Wednesday 21 August 2013

'If it is God's will, it must be God's bill'

When I was in Kenya earlier this year with a CRED team, we found ourselves carrying out our programme of activities at the same as a major rebuild of the school was taking place. It certainly made for an interesting insight into their attitude to health and safety; as the children lined up for their morning porridge or lunch-time githeri, foundation blocks of rock, bags of cement, piles of sand and other building materials were delivered into the playground, and the builders worked on the new construction.

The building work being done is phase 1 of what promises to be a wonderful new school facility for the children at Spurgeons Academy in Kibera slum. When it is completed, the children will have classrooms that are big enough to fit everyone into, with proper windows, and walls and a roof that don't have any holes. They will even have proper toilets and adequate hand-washing facilities. They still won't have interactive whiteboards or any of the other fixtures and fittings that are basic expectations in our classrooms nowadays, but they will provide a much better learning environment for the students, and a much more inspiring facility for the teachers, and everyone is very excited about that prospect.

Whilst with the Spurgeons staff on the trip, I asked them about the expected timings for completion of the building, and they quoted end of July 2013. It seemed pretty ambitious to me, but I'm not a builder, so what do I know! However, today I received an e-mail from our Spurgeons contact, Kenyanito, with an update to the building works situation. It didn't make for wonderful reading!

Basically a combination of discovering the need for unexpectedly deep foundations, plus a 36% increase in price on some building materials, plus a significant mis-quote have resulted in a big hole in the budget. And as the 'short rains' are now falling steadily the stability of the construction that has taken place already has been put at risk.

Could be pretty down-heartening reading in one sense. But the e-mail from Kenyanito didn't come across like that. To him, a man of great faith and for whom prayer is always number 1 on the list of action points, the e-mail was just a statement about where things are at for now. It was just a message bringing us up to date with things, and letting us know the reality. Sure there was a comment that if we know of any funds that could help fill the hole then please could we explore them, but it wasn't an e-mail pleading for money.
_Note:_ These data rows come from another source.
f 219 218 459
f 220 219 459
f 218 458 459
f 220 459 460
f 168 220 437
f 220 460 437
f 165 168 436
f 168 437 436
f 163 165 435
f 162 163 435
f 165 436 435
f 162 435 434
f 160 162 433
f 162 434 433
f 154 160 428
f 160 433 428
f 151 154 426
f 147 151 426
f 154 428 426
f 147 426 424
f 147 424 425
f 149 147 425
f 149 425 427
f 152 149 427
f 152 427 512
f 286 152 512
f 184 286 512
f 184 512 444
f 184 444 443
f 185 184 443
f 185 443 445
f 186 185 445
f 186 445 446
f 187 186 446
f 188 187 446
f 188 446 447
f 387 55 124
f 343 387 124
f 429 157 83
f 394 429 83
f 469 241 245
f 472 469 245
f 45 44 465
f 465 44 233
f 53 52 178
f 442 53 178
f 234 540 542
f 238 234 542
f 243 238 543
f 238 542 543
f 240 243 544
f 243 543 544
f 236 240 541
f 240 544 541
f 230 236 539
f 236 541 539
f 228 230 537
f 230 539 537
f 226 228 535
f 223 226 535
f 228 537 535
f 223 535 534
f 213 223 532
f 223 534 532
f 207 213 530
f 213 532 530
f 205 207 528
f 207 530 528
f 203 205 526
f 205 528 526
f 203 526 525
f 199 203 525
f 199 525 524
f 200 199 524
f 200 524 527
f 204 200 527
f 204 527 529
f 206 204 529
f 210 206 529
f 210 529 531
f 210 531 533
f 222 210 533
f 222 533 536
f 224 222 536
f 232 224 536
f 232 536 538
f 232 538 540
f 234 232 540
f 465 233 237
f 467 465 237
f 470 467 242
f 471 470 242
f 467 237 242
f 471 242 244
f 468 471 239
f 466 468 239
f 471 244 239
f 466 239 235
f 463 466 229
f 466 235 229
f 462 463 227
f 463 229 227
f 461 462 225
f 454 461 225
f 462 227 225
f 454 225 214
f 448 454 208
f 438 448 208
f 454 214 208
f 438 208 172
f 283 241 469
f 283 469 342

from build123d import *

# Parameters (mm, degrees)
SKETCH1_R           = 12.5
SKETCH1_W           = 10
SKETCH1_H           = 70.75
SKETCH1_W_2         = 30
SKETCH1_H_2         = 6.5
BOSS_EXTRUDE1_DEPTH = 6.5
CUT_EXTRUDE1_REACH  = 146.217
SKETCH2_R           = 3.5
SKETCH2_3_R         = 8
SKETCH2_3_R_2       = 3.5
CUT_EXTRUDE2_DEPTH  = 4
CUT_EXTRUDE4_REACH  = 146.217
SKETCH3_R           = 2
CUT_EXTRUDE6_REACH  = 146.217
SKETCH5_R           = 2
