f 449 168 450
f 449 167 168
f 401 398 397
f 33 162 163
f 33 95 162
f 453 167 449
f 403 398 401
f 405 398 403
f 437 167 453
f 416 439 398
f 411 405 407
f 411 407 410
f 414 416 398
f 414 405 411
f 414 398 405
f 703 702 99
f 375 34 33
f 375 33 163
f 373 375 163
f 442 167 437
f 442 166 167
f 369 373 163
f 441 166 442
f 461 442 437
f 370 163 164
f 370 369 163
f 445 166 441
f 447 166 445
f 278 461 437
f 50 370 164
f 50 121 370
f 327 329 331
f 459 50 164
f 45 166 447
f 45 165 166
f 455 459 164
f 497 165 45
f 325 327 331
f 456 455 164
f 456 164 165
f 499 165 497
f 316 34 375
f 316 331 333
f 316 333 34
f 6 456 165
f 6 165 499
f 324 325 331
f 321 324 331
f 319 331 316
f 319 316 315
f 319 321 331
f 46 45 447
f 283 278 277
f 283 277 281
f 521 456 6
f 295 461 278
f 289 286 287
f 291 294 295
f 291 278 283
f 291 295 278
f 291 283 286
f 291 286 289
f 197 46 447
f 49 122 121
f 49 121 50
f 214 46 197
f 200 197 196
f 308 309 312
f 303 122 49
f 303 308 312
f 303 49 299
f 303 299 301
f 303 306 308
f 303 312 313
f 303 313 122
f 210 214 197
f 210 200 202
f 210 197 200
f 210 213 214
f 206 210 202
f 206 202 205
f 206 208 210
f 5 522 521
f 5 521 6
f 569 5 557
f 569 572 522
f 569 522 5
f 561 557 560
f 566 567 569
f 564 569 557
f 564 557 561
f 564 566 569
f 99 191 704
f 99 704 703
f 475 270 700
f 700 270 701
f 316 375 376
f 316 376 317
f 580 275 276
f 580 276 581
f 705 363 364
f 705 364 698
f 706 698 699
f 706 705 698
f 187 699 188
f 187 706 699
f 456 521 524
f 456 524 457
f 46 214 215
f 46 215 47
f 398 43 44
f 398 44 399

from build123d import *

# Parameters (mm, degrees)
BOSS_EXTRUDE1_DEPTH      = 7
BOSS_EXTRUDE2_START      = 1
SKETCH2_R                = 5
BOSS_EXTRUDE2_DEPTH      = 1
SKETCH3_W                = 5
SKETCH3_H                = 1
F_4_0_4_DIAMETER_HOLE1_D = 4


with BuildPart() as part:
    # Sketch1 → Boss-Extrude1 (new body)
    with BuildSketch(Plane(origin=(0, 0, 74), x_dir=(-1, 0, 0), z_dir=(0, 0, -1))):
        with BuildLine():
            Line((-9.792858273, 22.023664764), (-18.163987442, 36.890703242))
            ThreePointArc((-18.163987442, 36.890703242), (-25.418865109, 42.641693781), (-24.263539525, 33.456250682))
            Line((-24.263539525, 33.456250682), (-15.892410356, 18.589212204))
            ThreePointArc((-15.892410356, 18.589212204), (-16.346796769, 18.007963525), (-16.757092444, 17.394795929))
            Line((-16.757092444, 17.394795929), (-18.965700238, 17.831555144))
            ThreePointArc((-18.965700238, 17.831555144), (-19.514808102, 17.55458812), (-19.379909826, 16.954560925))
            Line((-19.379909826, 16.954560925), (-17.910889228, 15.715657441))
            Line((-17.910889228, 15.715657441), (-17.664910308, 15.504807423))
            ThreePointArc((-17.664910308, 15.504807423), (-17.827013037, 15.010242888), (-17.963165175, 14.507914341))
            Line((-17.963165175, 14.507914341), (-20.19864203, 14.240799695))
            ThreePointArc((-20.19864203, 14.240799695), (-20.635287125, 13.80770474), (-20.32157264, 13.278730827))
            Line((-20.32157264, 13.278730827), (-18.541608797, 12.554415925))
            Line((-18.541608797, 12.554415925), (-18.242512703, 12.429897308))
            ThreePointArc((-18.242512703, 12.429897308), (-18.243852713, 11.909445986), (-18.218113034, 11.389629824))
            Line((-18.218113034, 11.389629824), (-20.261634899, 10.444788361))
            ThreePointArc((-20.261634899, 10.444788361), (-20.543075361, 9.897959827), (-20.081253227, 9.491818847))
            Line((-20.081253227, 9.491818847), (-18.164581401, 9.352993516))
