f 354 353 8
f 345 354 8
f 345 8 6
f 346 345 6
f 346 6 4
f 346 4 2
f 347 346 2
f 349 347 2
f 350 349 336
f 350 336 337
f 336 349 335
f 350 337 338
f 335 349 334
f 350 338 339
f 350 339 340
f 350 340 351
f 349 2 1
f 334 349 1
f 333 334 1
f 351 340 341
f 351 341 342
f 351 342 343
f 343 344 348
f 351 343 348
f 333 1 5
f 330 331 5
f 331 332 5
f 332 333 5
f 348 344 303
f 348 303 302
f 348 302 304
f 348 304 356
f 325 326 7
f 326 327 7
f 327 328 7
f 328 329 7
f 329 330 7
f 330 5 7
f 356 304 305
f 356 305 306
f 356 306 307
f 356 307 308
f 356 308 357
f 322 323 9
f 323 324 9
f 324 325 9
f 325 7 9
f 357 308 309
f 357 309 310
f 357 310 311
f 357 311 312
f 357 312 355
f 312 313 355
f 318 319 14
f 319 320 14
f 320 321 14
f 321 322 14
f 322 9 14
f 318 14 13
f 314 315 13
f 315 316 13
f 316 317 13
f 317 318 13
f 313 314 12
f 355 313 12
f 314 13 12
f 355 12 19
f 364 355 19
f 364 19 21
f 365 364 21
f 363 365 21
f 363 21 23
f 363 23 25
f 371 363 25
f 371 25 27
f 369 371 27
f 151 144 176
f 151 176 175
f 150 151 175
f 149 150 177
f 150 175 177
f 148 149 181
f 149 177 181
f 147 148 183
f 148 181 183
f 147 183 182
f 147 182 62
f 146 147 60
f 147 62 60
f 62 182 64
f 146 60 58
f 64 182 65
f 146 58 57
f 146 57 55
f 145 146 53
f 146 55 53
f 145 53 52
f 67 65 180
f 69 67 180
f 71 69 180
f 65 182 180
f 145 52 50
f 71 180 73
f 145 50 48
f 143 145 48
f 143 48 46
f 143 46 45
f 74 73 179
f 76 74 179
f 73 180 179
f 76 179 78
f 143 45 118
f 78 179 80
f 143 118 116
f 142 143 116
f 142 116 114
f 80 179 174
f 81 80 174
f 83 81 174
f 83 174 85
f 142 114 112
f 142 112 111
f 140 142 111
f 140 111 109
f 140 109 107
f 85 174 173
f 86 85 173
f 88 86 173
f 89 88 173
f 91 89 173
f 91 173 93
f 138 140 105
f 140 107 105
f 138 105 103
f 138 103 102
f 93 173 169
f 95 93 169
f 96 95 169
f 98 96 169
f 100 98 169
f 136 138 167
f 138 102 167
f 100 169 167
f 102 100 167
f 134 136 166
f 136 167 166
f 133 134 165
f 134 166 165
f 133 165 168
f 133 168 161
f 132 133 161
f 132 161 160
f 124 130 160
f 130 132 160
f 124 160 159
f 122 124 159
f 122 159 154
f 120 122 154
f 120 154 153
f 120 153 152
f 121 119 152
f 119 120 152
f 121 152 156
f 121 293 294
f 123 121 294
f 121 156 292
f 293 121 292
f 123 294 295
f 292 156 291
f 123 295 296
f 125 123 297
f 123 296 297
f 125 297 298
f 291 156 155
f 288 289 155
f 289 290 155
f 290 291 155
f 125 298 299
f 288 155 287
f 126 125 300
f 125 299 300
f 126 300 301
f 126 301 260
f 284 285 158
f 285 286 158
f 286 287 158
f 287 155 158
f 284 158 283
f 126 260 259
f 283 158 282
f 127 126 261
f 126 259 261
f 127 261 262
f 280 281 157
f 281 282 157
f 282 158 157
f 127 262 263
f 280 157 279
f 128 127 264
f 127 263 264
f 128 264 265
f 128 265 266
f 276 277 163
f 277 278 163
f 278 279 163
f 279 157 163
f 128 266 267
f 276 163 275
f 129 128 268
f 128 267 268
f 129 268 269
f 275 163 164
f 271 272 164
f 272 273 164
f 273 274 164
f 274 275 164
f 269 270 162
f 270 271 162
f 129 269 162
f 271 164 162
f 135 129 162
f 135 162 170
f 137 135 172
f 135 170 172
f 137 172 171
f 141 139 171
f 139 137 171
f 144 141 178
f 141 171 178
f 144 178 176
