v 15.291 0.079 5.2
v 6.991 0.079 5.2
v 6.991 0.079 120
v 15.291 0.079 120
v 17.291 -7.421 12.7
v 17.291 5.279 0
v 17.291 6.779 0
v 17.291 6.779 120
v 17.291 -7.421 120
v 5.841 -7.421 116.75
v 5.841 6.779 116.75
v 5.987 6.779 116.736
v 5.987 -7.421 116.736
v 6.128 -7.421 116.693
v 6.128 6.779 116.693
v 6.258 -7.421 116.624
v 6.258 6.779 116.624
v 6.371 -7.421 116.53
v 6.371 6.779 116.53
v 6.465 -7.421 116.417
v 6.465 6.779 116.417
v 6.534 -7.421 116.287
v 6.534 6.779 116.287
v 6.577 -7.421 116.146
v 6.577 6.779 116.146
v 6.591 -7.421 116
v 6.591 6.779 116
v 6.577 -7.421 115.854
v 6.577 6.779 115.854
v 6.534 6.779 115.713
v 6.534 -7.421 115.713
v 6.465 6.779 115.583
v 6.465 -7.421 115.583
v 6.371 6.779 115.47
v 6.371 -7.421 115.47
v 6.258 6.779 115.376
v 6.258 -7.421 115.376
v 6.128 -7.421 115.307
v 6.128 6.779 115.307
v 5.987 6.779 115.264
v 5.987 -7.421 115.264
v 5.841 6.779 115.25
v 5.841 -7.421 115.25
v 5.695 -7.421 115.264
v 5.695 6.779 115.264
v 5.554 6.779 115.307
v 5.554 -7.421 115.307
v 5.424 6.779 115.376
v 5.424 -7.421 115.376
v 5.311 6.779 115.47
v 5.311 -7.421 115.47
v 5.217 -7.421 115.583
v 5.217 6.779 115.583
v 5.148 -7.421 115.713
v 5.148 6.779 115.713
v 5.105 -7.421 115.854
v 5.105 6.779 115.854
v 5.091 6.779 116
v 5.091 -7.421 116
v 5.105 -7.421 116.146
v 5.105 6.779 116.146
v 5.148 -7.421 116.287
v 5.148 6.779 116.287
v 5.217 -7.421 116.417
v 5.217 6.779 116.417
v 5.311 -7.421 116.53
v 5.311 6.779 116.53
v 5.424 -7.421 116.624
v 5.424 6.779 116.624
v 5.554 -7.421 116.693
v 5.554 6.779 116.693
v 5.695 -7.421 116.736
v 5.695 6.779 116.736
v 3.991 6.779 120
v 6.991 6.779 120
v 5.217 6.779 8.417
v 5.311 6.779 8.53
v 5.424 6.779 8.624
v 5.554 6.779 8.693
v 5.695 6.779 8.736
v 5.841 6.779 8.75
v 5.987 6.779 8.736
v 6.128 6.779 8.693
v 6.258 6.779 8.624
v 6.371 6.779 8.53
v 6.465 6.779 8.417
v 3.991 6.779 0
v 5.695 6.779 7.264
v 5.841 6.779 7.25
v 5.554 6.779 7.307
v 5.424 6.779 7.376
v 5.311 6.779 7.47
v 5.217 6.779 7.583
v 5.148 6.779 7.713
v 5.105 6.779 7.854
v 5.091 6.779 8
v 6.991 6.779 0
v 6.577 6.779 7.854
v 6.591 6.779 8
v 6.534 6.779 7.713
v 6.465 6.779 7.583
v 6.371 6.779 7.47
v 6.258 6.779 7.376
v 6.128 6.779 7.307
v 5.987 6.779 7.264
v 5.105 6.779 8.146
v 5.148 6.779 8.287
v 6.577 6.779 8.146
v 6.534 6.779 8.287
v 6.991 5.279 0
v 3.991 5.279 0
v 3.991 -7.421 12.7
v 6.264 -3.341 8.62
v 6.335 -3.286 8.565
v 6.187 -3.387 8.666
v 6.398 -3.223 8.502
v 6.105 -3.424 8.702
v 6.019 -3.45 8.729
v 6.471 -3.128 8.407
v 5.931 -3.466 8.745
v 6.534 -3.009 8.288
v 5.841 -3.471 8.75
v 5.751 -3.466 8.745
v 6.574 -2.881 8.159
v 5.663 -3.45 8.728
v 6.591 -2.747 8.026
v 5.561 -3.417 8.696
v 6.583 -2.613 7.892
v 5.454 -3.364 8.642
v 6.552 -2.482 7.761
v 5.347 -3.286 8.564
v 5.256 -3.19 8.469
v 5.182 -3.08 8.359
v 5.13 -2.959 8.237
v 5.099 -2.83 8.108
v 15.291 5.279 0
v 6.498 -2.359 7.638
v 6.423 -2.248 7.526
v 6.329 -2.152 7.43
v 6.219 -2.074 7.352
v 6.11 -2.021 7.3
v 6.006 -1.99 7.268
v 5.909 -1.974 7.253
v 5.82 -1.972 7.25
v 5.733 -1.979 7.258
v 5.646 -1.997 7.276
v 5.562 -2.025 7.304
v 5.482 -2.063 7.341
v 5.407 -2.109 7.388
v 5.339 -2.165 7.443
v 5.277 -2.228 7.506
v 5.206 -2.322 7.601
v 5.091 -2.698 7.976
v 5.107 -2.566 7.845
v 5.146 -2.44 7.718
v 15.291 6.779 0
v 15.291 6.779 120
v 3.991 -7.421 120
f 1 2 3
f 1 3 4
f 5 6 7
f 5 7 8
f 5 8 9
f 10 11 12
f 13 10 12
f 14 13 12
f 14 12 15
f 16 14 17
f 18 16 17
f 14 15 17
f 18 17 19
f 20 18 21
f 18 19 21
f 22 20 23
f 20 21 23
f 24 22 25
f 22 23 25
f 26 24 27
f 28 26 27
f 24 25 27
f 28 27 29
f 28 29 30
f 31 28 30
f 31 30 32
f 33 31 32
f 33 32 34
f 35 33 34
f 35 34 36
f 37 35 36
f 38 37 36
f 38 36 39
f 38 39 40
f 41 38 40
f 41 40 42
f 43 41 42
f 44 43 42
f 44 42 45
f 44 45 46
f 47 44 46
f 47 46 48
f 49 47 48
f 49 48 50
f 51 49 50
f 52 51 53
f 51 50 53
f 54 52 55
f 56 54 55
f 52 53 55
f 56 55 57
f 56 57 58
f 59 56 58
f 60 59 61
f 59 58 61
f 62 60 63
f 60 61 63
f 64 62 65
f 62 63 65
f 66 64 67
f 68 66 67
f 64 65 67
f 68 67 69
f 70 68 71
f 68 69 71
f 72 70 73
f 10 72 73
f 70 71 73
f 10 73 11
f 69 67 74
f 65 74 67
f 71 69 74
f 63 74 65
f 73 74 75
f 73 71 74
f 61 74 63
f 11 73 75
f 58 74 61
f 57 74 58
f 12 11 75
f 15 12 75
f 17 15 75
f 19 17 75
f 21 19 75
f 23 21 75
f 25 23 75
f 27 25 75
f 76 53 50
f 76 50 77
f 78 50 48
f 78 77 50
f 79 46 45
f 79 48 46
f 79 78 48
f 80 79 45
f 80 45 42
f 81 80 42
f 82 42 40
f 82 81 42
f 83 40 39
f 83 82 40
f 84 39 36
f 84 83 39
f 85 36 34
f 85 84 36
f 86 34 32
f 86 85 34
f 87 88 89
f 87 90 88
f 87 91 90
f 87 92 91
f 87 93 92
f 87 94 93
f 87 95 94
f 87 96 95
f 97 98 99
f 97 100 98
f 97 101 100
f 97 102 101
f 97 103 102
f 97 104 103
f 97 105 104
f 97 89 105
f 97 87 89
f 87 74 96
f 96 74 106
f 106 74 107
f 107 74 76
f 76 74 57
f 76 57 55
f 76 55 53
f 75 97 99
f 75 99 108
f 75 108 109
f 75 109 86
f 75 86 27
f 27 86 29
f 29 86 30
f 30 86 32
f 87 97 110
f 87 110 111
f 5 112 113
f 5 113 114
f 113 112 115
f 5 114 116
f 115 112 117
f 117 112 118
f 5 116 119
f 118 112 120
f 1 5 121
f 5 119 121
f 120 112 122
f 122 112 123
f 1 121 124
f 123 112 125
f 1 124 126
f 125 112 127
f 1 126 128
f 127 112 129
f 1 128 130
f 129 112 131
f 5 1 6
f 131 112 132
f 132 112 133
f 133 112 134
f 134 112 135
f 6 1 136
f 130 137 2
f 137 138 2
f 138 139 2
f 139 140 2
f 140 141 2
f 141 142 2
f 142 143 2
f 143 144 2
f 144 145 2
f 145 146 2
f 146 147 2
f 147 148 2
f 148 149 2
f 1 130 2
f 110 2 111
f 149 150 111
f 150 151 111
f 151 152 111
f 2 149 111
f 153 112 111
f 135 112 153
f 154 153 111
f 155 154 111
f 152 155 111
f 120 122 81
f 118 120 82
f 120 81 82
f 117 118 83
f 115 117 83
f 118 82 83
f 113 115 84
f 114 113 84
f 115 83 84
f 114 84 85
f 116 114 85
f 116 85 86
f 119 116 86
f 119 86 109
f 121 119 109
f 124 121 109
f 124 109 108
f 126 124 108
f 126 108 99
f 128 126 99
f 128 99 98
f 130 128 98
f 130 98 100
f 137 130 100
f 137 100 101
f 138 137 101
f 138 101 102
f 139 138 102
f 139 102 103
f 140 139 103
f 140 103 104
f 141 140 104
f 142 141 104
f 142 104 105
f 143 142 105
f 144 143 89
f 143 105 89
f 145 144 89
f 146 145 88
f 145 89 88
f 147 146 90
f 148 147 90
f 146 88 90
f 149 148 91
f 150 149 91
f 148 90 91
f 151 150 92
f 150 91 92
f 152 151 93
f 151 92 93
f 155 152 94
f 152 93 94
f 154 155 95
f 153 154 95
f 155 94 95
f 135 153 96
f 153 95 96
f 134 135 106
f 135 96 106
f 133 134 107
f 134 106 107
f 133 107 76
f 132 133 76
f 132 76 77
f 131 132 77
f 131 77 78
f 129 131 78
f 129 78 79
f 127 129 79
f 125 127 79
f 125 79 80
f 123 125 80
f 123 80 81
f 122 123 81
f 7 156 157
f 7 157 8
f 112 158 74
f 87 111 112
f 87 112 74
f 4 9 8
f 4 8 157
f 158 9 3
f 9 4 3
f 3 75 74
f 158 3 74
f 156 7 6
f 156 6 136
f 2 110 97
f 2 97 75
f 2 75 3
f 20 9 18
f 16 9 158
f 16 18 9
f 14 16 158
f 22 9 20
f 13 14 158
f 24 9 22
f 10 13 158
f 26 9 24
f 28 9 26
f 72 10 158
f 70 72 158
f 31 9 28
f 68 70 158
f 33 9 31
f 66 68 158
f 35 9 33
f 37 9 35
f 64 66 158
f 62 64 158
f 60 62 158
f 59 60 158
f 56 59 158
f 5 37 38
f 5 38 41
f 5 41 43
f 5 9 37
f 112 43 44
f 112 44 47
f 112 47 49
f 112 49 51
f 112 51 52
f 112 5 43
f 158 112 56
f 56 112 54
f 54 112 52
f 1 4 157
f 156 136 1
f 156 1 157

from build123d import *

# Parameters (mm, degrees)
RAIL_EXTRUDE_DEPTH = 120
SKETCH2_R          = 0.75
FIRST_HOLE_DEPTH   = 123.068100465
SKETCH3_R          = 0.75
LAST_HOLE_DEPTH    = 123.068100465
ANGLE_DEPTH        = 121.962670283


with BuildPart() as part:
    # Sketch1 → Rail-Extrude (new body)
    with BuildSketch(Plane.XY):
        Polygon((3.991071429, 6.778571429), (6.991071429, 6.778571429), (6.991071429, 0.078571429), (15.291071429, 0.078571429), (15.291071429, 6.778571429), (17.291071429, 6.778571429), (17.291071429, -7.421428571), (3.991071429, -7.421428571), align=None)
    extrude(amount=RAIL_EXTRUDE_DEPTH)

    # Sketch2 → First Hole (cut, through all)
    with BuildSketch(Plane(origin=(0, 6.778571429, 0), x_dir=(1, 0, 0), z_dir=(0, 1, 0))):
        with Locations((5.841071429, -8)):
            Circle(SKETCH2_R)
    extrude(amount=-FIRST_HOLE_DEPTH, mode=Mode.SUBTRACT)

    # Sketch3 → Last Hole (cut, through all)
    with BuildSketch(Plane(origin=(0, 6.778571429, 0), x_dir=(1, 0, 0), z_dir=(0, 1, 0))):
        with Locations((5.841071429, -116)):
            Circle(SKETCH3_R)
    extrude(amount=-LAST_HOLE_DEPTH, mode=Mode.SUBTRACT)

    # Sketch5 → Angle (cut, through all)
    with BuildSketch(Plane.ZY.offset(-3.991071429)):
        Polygon((12.7, -7.421428571), (0, 5.278571429), (0, -7.421428571), align=None)
    extrude(amount=-ANGLE_DEPTH, mode=Mode.SUBTRACT)


solid = part.part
Instead his closing sentence was this: 'We are trusting God for his divine intervention and am certain sure that he will never leave us not forsake us. The impact that the completion of this rebuild will cause to the kids is huge beyond any measure. As I always say my sister: if it is God's will, then it must be God's bill.'

What a great faith, what an inspiring faith, what a challenge to those of us who say we are of faith. No more hiding behind the excuse that we can't afford to do something; if we sense it is what God is calling us to, then our motto should be: 'if it is God's will, then it must be God's bill'.

He will provide, if we take the risk and step out to let Him.